A boy spent half his money for a book and one third his money for a pen. The remaining $2.25 he saved. How much money did he have originally?
Let's denote the original amount of money the boy had as "x" dollars.
According to the problem, he spent half of his money on a book, so he spent (1/2)x dollars on the book.
He also spent one-third of his money on a pen, so he spent (1/3)x dollars on the pen.
The total amount of money he spent on the book and the pen is (1/2)x + (1/3)x = (5/6)x dollars.
We know that the remaining amount of money he saved is $2.25, so we can set up the equation (5/6)x = $2.25.
To solve for x, we can multiply both sides of the equation by 6/5: x = 6/5 * $2.25.
Multiplying, we find x = $2.70.
Therefore, the boy originally had $2.70. Answer: \boxed{2.70}.
To solve this problem, we'll use a step-by-step approach.
Let's say the original amount of money that the boy had is represented by the variable "x."
From the given information, we know that the boy spent half of his money on a book. So, he spent 0.5x on the book.
He also spent one-third of his money on a pen. Therefore, he spent (1/3)x on the pen.
The remaining amount of money he saved is $2.25. So, we can write the equation:
x - 0.5x - (1/3)x = 2.25
To solve this equation, we'll combine like terms:
(1 - 0.5 - 1/3)x = 2.25
(0.333)x = 2.25
Now, we'll divide both sides of the equation by 0.333 to isolate x:
x = 2.25 / 0.333
Using a calculator, we find that x ≈ 6.757
Therefore, the boy originally had approximately $6.76.
Let's assume the original amount of money the boy had is "x" dollars.
According to the given information:
- He spent half his money on a book, which is (1/2)x dollars.
- He spent one third of his money on a pen, which is (1/3)x dollars.
- The remaining amount he saved is $2.25.

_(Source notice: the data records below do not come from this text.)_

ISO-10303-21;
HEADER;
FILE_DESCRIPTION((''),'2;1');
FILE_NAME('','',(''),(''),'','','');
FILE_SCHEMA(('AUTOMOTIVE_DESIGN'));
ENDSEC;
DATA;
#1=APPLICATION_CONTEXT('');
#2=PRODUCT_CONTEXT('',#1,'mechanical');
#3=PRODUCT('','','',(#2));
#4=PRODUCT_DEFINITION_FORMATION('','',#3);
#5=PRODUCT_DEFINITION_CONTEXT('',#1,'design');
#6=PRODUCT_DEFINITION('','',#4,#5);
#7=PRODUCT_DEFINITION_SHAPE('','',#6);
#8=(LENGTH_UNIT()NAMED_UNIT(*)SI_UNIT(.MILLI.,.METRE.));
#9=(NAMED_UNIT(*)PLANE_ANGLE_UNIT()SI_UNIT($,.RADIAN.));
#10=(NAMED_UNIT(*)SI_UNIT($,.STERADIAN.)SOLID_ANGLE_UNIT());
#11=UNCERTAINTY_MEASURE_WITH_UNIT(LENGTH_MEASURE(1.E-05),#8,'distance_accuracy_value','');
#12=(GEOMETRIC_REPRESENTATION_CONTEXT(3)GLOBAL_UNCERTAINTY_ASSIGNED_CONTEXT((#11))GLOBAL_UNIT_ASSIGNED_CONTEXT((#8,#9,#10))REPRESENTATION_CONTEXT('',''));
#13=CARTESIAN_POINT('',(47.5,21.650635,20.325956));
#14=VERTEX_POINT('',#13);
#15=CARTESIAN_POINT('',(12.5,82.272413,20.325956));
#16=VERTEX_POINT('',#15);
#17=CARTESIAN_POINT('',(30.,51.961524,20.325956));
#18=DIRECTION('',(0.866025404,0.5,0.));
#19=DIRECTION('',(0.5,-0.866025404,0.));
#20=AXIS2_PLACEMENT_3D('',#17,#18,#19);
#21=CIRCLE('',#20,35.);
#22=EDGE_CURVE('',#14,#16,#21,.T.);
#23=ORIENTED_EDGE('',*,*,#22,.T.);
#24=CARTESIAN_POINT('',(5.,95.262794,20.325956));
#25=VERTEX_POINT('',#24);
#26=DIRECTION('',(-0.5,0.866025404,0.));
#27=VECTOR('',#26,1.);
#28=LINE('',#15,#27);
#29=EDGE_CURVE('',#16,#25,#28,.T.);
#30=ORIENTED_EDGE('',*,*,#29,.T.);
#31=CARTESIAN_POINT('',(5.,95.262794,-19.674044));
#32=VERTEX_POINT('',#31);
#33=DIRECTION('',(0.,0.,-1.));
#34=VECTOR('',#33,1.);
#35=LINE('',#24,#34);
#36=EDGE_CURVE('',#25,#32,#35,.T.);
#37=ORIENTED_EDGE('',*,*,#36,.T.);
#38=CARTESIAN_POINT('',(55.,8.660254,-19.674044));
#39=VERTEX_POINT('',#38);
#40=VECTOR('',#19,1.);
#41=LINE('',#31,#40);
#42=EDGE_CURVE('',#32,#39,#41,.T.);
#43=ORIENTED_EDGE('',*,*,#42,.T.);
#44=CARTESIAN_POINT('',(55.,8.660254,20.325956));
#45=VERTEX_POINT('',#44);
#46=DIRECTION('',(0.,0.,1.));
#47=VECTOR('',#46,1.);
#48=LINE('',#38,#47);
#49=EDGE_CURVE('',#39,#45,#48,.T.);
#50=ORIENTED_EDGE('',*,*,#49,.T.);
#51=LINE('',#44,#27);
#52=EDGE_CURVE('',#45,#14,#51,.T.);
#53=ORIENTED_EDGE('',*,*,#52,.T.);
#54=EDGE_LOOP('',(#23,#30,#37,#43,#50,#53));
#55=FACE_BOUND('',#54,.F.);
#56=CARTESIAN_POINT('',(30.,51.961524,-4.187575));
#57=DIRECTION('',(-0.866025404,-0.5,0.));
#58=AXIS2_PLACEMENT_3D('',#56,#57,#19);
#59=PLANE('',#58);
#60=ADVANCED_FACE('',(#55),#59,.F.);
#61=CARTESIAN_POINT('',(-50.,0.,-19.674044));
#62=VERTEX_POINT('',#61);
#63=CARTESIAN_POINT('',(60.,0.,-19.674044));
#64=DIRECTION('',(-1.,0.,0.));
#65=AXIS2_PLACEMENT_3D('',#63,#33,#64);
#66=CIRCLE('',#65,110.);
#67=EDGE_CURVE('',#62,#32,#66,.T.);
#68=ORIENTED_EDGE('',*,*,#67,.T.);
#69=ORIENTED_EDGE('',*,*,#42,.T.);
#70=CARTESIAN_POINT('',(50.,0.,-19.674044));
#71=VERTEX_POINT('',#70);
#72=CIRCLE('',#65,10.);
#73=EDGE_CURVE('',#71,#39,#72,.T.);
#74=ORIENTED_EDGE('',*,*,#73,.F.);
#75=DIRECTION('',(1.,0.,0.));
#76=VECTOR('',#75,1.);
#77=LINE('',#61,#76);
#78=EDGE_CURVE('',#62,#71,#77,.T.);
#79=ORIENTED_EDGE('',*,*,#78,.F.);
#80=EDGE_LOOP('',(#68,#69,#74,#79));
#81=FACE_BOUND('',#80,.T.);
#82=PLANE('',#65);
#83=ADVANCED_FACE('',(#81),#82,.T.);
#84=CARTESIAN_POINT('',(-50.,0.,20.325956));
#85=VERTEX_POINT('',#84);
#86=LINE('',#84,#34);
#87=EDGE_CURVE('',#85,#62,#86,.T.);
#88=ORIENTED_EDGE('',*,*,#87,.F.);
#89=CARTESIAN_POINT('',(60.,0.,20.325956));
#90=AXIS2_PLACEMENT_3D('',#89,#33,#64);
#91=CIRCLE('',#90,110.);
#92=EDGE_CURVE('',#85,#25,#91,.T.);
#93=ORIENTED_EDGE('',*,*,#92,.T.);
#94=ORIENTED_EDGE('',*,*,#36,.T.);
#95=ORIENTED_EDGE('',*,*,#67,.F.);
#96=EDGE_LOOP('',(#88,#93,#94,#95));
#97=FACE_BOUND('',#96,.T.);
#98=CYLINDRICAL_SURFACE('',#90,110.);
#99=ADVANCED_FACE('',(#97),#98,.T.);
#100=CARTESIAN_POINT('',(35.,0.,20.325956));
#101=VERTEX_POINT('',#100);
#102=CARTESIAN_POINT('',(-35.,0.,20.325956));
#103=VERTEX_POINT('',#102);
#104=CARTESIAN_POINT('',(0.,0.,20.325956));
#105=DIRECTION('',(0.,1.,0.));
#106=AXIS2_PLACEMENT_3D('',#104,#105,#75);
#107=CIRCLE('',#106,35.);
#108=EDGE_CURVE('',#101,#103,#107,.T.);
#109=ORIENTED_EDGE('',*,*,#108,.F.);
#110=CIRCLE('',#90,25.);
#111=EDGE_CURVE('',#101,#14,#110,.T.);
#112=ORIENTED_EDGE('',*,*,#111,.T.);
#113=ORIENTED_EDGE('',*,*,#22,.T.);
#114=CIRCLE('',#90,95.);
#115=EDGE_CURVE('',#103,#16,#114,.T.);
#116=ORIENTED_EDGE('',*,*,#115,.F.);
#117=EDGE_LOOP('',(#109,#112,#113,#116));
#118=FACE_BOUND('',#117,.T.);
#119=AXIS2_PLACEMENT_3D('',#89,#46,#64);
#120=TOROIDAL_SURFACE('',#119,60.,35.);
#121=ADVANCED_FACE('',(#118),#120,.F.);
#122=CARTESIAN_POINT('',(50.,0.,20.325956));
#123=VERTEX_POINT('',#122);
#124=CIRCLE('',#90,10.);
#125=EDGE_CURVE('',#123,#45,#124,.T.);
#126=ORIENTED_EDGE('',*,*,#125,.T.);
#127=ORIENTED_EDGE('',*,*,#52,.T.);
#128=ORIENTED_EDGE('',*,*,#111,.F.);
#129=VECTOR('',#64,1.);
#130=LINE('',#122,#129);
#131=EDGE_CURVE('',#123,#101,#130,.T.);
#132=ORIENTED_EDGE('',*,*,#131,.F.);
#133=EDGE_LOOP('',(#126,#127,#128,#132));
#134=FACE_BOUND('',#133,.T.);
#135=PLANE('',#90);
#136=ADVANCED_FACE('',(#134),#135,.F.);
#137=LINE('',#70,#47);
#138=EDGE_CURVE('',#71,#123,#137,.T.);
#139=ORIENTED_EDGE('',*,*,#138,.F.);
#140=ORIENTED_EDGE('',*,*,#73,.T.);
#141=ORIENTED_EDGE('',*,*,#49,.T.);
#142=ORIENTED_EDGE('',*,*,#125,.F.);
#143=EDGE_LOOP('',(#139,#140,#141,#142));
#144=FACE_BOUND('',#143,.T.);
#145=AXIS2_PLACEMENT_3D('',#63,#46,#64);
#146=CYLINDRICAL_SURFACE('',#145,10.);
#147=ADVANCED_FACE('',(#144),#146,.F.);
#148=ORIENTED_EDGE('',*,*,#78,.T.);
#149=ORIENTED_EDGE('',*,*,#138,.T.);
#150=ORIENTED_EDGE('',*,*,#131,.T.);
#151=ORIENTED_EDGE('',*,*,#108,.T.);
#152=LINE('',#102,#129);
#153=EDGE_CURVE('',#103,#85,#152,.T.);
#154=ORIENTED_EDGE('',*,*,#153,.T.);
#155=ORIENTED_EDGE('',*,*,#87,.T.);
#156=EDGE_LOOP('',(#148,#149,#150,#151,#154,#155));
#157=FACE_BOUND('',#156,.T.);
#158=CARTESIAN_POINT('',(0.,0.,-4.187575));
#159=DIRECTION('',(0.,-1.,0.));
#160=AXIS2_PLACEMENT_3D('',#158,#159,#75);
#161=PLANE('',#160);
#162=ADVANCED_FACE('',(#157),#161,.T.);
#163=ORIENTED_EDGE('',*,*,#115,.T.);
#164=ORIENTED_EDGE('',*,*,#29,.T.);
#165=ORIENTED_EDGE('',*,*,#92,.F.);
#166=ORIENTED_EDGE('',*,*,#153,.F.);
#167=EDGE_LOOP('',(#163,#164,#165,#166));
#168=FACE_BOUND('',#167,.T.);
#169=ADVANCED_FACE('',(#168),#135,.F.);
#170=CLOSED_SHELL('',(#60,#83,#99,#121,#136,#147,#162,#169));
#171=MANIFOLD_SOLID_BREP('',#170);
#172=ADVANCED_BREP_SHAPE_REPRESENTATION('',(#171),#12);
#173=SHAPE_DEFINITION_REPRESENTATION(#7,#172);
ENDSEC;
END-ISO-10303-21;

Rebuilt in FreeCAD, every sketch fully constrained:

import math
import FreeCAD as App
import Part
import Sketcher
from FreeCAD import Vector
Q = App.Units.Quantity

doc = App.newDocument("Part")
body = doc.addObject("PartDesign::Body", "Body")

sketch1 = body.newObject("Sketcher::SketchObject", "Sketch")
sketch1.AttachmentSupport = (doc.getObject("XZ_Plane"), [""])
sketch1.MapMode = "FlatFace"
sketch1.addGeometry([
    Part.LineSegment(Vector(-50, 20, 0), Vector(-50, -20, 0)),
    Part.LineSegment(Vector(-50, -20, 0), Vector(50, -20, 0)),
    Part.LineSegment(Vector(50, -20, 0), Vector(50, 20, 0)),
    Part.LineSegment(Vector(50, 20, 0), Vector(35, 20, 0)),
    Part.ArcOfCircle(Part.Circle(Vector(0, 20, 0), Vector(0, 0, 1), 35), math.radians(180), math.radians(360)),
    Part.LineSegment(Vector(-35, 20, 0), Vector(-50, 20, 0)),
], False)
sketch1.addGeometry(Part.LineSegment(Vector(60, 20, 0), Vector(60, -20, 0)), True)
sketch1.addConstraint([
    Sketcher.Constraint("Coincident", 0, 2, 1, 1),
    Sketcher.Constraint("Coincident", 1, 2, 2, 1),
    Sketcher.Constraint("Coincident", 2, 2, 3, 1),
    Sketcher.Constraint("Coincident", 3, 2, 4, 2),
    Sketcher.Constraint("Coincident", 4, 1, 5, 1),
    Sketcher.Constraint("Coincident", 5, 2, 0, 1),
    Sketcher.Constraint("Vertical", 0),
    Sketcher.Constraint("Horizontal", 1),
    Sketcher.Constraint("Vertical", 2),
    Sketcher.Constraint("Horizontal", 3),
    Sketcher.Constraint("Horizontal", 5),
    Sketcher.Constraint("Vertical", 6),
    Sketcher.Constraint("Symmetric", 3, 2, 4, 1, -2),
    Sketcher.Constraint("Horizontal", 4, 3, 2, 2),
    Sketcher.Constraint("Horizontal", 5, 2, 6, 1),
    Sketcher.Constraint("Horizontal", 1, 2, 6, 2),
    Sketcher.Constraint("Equal", 3, 5),
    Sketcher.Constraint("Radius", 4, Q("35 mm")),
    Sketcher.Constraint("DistanceX", 1, 1, 1, 2, Q("100 mm")),
    Sketcher.Constraint("DistanceY", 0, 2, 0, 1, Q("40 mm")),
    Sketcher.Constraint("DistanceX", -1, 1, 6, 1, Q("60 mm")),
    Sketcher.Constraint("DistanceY", -1, 1, 4, 3, Q("20.325956 mm")),
])
revolution = body.newObject("PartDesign::Revolution", "Revolution")
revolution.Profile = sketch1
revolution.ReferenceAxis = (sketch1, ["Axis0"])
revolution.Angle = 60

doc.recompute()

To find the original amount of money he had, we can set up an equation as follows:
x - [(1/2)x + (1/3)x] = $2.25
First, let's simplify the equation by combining like terms:
x - [(1/6)x] = $2.25
Next, let's find a common denominator for the fractions:
x - [(1/6)x] = $2.25
6x/6 - (1/6)x = $2.25
Now, let's combine the terms:
(6x - x)/6 = $2.25
Simplifying the numerator:
5x/6 = $2.25
To solve for x, we can multiply both sides of the equation by 6:
5x = $2.25 * 6
5x = $13.50
Divide both sides of the equation by 5 to isolate x:
x = $13.50 / 5
x = $2.70
Therefore, the original amount of money the boy had is $2.70.